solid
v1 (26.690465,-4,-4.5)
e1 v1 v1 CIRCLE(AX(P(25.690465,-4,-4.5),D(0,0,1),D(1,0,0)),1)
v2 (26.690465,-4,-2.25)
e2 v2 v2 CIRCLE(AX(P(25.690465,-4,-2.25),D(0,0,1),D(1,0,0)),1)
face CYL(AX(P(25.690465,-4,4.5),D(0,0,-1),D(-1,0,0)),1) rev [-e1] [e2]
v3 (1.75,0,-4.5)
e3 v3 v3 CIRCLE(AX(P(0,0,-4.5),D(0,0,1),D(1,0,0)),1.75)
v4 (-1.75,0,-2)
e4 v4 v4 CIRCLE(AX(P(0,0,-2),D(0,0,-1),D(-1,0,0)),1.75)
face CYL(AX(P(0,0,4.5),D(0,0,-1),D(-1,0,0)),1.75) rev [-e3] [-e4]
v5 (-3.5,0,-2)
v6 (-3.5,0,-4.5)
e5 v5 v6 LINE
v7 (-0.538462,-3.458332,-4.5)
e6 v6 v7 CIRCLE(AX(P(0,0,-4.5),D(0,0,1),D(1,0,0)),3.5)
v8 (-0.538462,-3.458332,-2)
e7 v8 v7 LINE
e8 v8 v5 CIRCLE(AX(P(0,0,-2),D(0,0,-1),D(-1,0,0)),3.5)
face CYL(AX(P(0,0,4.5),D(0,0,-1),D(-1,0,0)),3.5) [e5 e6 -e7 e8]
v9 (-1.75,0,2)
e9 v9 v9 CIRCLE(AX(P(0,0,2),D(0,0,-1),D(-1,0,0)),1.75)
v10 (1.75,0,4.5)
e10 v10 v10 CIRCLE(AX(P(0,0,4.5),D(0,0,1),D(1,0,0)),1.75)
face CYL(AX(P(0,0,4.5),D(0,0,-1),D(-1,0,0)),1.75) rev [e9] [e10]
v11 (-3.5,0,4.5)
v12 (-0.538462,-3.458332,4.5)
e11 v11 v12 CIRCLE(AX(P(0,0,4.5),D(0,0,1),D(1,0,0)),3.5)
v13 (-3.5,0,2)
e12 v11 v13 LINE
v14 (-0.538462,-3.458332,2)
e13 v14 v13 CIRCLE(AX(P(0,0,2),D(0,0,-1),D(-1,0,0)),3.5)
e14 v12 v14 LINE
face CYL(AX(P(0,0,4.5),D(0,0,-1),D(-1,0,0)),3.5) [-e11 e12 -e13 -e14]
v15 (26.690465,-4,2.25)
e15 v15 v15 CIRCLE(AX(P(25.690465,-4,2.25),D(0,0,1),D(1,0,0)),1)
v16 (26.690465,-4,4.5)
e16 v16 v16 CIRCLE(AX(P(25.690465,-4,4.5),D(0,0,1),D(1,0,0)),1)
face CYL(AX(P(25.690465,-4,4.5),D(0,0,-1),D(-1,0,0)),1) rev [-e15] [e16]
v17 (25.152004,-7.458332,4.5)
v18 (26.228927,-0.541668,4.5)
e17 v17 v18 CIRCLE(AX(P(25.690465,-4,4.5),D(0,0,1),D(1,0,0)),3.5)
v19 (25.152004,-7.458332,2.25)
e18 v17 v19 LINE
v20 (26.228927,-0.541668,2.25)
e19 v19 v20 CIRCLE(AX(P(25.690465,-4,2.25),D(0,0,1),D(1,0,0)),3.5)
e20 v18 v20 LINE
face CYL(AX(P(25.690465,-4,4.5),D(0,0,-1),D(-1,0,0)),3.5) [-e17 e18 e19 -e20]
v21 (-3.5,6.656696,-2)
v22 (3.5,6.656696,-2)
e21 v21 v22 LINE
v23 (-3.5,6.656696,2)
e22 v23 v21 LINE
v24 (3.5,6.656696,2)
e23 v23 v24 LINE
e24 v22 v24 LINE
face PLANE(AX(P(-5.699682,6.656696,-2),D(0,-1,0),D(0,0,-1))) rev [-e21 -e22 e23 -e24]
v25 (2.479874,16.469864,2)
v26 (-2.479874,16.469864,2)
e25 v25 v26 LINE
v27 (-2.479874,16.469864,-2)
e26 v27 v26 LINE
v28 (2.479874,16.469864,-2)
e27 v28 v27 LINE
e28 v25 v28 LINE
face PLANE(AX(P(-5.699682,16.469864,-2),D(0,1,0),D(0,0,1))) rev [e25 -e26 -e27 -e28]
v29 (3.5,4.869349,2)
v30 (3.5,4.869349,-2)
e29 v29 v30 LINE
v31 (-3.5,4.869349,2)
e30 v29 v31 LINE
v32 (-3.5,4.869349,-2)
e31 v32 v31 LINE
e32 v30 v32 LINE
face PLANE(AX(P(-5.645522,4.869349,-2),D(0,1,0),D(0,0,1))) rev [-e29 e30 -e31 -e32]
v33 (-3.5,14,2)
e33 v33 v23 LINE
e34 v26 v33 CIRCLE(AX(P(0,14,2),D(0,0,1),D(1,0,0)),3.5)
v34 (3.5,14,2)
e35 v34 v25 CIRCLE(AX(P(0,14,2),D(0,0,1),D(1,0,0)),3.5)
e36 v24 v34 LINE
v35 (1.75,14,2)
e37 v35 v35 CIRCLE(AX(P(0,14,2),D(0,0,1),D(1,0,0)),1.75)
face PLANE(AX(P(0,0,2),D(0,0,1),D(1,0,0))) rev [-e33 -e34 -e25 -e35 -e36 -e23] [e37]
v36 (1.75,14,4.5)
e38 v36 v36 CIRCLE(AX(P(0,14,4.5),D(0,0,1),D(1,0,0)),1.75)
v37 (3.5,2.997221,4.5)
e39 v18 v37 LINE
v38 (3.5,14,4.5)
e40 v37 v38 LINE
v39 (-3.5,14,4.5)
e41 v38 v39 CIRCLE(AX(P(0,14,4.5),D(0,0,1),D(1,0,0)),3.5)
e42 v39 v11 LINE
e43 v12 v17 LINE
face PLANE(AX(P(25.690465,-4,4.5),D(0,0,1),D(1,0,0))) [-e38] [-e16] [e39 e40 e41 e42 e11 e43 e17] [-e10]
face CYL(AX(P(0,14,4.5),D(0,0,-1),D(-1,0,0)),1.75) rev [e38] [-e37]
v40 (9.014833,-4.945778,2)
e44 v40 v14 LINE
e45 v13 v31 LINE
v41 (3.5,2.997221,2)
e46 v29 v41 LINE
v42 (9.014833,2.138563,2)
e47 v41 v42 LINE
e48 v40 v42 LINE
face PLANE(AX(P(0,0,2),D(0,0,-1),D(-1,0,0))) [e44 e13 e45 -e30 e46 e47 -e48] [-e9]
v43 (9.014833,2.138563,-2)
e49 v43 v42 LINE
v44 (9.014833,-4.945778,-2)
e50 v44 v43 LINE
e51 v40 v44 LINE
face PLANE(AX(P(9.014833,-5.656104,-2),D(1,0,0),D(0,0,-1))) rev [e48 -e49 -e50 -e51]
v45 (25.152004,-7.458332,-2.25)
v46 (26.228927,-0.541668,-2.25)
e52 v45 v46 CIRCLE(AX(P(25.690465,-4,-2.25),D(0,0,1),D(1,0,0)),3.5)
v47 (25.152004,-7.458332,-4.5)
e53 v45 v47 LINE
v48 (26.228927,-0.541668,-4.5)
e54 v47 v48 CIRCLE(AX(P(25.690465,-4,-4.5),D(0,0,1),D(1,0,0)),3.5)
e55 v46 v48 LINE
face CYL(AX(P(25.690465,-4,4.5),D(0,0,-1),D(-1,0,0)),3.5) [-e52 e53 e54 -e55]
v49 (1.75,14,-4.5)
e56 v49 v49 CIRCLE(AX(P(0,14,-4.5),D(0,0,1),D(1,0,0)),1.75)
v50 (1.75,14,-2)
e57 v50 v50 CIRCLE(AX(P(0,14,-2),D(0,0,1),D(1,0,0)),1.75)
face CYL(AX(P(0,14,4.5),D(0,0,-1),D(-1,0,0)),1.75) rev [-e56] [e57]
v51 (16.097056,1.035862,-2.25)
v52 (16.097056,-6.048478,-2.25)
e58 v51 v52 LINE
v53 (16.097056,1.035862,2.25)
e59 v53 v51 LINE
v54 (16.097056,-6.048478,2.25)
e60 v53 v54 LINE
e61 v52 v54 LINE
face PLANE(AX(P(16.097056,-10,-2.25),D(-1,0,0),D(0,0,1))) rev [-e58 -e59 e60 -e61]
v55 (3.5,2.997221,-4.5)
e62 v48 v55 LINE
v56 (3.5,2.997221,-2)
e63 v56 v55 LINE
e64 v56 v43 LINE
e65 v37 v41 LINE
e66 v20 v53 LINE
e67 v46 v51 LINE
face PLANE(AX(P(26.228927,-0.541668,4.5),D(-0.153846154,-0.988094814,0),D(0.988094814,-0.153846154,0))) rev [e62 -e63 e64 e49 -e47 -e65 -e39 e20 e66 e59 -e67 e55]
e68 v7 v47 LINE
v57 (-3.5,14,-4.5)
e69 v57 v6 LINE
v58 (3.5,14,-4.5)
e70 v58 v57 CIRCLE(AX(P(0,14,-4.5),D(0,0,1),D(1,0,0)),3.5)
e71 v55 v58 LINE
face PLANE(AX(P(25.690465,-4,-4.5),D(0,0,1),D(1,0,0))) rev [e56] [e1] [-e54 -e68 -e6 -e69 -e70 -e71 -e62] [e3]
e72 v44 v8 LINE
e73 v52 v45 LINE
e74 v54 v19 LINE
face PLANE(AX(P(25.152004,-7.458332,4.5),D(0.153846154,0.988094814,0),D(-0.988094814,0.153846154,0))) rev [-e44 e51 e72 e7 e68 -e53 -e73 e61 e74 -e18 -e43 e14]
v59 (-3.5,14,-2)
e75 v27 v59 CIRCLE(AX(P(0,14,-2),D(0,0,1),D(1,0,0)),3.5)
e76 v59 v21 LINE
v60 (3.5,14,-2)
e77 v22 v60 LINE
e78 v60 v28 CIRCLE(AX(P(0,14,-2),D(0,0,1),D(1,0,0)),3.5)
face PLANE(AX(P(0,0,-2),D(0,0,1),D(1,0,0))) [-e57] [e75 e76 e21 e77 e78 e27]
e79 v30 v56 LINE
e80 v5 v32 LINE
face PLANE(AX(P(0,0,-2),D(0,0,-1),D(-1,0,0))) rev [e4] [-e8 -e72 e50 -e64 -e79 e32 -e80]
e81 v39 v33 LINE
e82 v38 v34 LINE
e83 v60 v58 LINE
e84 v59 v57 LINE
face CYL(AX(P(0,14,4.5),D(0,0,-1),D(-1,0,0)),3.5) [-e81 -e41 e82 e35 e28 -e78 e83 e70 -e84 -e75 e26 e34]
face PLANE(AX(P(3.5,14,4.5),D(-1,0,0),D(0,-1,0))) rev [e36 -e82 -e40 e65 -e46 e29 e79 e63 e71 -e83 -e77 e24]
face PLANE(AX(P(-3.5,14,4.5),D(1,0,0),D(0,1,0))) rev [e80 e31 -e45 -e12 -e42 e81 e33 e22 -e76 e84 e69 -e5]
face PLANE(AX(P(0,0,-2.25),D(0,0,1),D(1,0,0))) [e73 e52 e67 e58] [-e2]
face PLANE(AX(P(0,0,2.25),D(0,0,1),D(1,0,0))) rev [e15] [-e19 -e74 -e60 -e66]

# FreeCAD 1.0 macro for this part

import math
import FreeCAD as App
import Part
import Sketcher

V = App.Vector
Q = App.Units.Quantity

doc = App.newDocument("Part")
body = doc.addObject("PartDesign::Body", "Body")

sketch1 = body.newObject("Sketcher::SketchObject", "Sketch")
sketch1.AttachmentSupport = (doc.getObject("XY_Plane"), [""])
sketch1.MapMode = "FlatFace"
sketch1.addGeometry([
    Part.LineSegment(V(-0.5, -3.5, 0), V(25.2, -7.5, 0)),
    Part.ArcOfCircle(Part.Circle(V(25.7, -4, 0), V(0, 0, 1), 3.5), math.radians(-99), math.radians(81)),
    Part.LineSegment(V(26.2, -0.5, 0), V(3.5, 3, 0)),
    Part.LineSegment(V(3.5, 3, 0), V(3.5, 14, 0)),
    Part.ArcOfCircle(Part.Circle(V(0, 14, 0), V(0, 0, 1), 3.5), math.radians(0), math.radians(180)),
    Part.LineSegment(V(-3.5, 14, 0), V(-3.5, 0, 0)),
    Part.ArcOfCircle(Part.Circle(V(0, 0, 0), V(0, 0, 1), 3.5), math.radians(180), math.radians(261)),
    Part.Circle(V(25.7, -4, 0), V(0, 0, 1), 1),
    Part.Circle(V(0, 0, 0), V(0, 0, 1), 1.8),
    Part.Circle(V(0, 14, 0), V(0, 0, 1), 1.8),
], False)
sketch1.addConstraint([
    Sketcher.Constraint("Tangent", 0, 2, 1, 1),
    Sketcher.Constraint("Tangent", 1, 2, 2, 1),
    Sketcher.Constraint("Coincident", 2, 2, 3, 1),
    Sketcher.Constraint("Tangent", 3, 2, 4, 1),
    Sketcher.Constraint("Tangent", 4, 2, 5, 1),
    Sketcher.Constraint("Tangent", 5, 2, 6, 1),
    Sketcher.Constraint("Tangent", 6, 2, 0, 1),
    Sketcher.Constraint("Vertical", 3),
    Sketcher.Constraint("Vertical", 5),
    Sketcher.Constraint("Coincident", 6, 3, -1, 1),
    Sketcher.Constraint("Coincident", 8, 3, -1, 1),
    Sketcher.Constraint("Coincident", 7, 3, 1, 3),
    Sketcher.Constraint("Coincident", 9, 3, 4, 3),
    Sketcher.Constraint("Equal", 1, 4),
    Sketcher.Constraint("Equal", 4, 6),
    Sketcher.Constraint("Equal", 8, 9),
    Sketcher.Constraint("Parallel", 0, 2),
    Sketcher.Constraint("Diameter", 7, Q("2 mm")),
    Sketcher.Constraint("Diameter", 8, Q("3.5 mm")),
    Sketcher.Constraint("Radius", 1, Q("3.5 mm")),
    Sketcher.Constraint("DistanceY", 5, 2, 5, 1, Q("14 mm")),
    Sketcher.Constraint("Distance", 0, Q("26 mm")),
    Sketcher.Constraint("DistanceY", 1, 3, -1, 1, Q("4 mm")),
])
pad1 = body.newObject("PartDesign::Pad", "Pad")
pad1.Profile = sketch1
pad1.Length = 9
pad1.Midplane = True

sketch2 = body.newObject("Sketcher::SketchObject", "Sketch001")
sketch2.AttachmentSupport = (doc.getObject("XY_Plane"), [""])
sketch2.MapMode = "FlatFace"
sketch2.addGeometry([
    Part.LineSegment(V(-6, 16, 0), V(-6, 7, 0)),
    Part.LineSegment(V(-6, 7, 0), V(4, 7, 0)),
    Part.LineSegment(V(4, 7, 0), V(4, 16, 0)),
    Part.LineSegment(V(4, 16, 0), V(-6, 16, 0)),
    Part.LineSegment(V(-6, 5, 0), V(-6, -6, 0)),
    Part.LineSegment(V(-6, -6, 0), V(9, -6, 0)),
    Part.LineSegment(V(9, -6, 0), V(9, 5, 0)),
    Part.LineSegment(V(9, 5, 0), V(-6, 5, 0)),
], False)
sketch2.addConstraint([
    Sketcher.Constraint("Coincident", 0, 2, 1, 1),
    Sketcher.Constraint("Coincident", 1, 2, 2, 1),
    Sketcher.Constraint("Coincident", 2, 2, 3, 1),
    Sketcher.Constraint("Coincident", 3, 2, 0, 1),
    Sketcher.Constraint("Coincident", 4, 2, 5, 1),
    Sketcher.Constraint("Coincident", 5, 2, 6, 1),
    Sketcher.Constraint("Coincident", 6, 2, 7, 1),
    Sketcher.Constraint("Coincident", 7, 2, 4, 1),
    Sketcher.Constraint("Vertical", 0),
    Sketcher.Constraint("Horizontal", 1),
    Sketcher.Constraint("Vertical", 2),
    Sketcher.Constraint("Horizontal", 3),
    Sketcher.Constraint("Vertical", 4),
    Sketcher.Constraint("Horizontal", 5),
    Sketcher.Constraint("Vertical", 6),
    Sketcher.Constraint("Horizontal", 7),
    Sketcher.Constraint("DistanceX", -1, 1, 1, 2, Q("3.5 mm")),
    Sketcher.Constraint("DistanceY", 4, 2, 0, 2, Q("12.3128 mm")),
    Sketcher.Constraint("DistanceX", 1, 1, 1, 2, Q("9.199682 mm")),
    Sketcher.Constraint("DistanceX", 5, 1, 5, 2, Q("14.660355 mm")),
    Sketcher.Constraint("DistanceY", 0, 2, 0, 1, Q("9.813168 mm")),
    Sketcher.Constraint("DistanceY", 4, 2, 4, 1, Q("10.525454 mm")),
    Sketcher.Constraint("DistanceX", 4, 2, -1, 1, Q("5.645522 mm")),
    Sketcher.Constraint("DistanceY", -1, 1, 6, 2, Q("4.869349 mm")),
])
pocket1 = body.newObject("PartDesign::Pocket", "Pocket")
pocket1.Profile = sketch2
pocket1.Length = 4
pocket1.Midplane = True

▬▬▬▬▬▬

### To do
Begin at the line above that has "e67 v46 v51 LINE" and stop after the line that has "-e18 -e43 e14]", copying each line exactly and adding nothing else.

### Answer space
e67 v46 v51 LINE
face PLANE(AX(P(26.228927,-0.541668,4.5),D(-0.153846154,-0.988094814,0),D(0.988094814,-0.153846154,0))) rev [e62 -e63 e64 e49 -e47 -e65 -e39 e20 e66 e59 -e67 e55]
e68 v7 v47 LINE
v57 (-3.5,14,-4.5)
e69 v57 v6 LINE
v58 (3.5,14,-4.5)
e70 v58 v57 CIRCLE(AX(P(0,14,-4.5),D(0,0,1),D(1,0,0)),3.5)
e71 v55 v58 LINE
face PLANE(AX(P(25.690465,-4,-4.5),D(0,0,1),D(1,0,0))) rev [e56] [e1] [-e54 -e68 -e6 -e69 -e70 -e71 -e62] [e3]
e72 v44 v8 LINE
e73 v52 v45 LINE
e74 v54 v19 LINE
face PLANE(AX(P(25.152004,-7.458332,4.5),D(0.153846154,0.988094814,0),D(-0.988094814,0.153846154,0))) rev [-e44 e51 e72 e7 e68 -e53 -e73 e61 e74 -e18 -e43 e14]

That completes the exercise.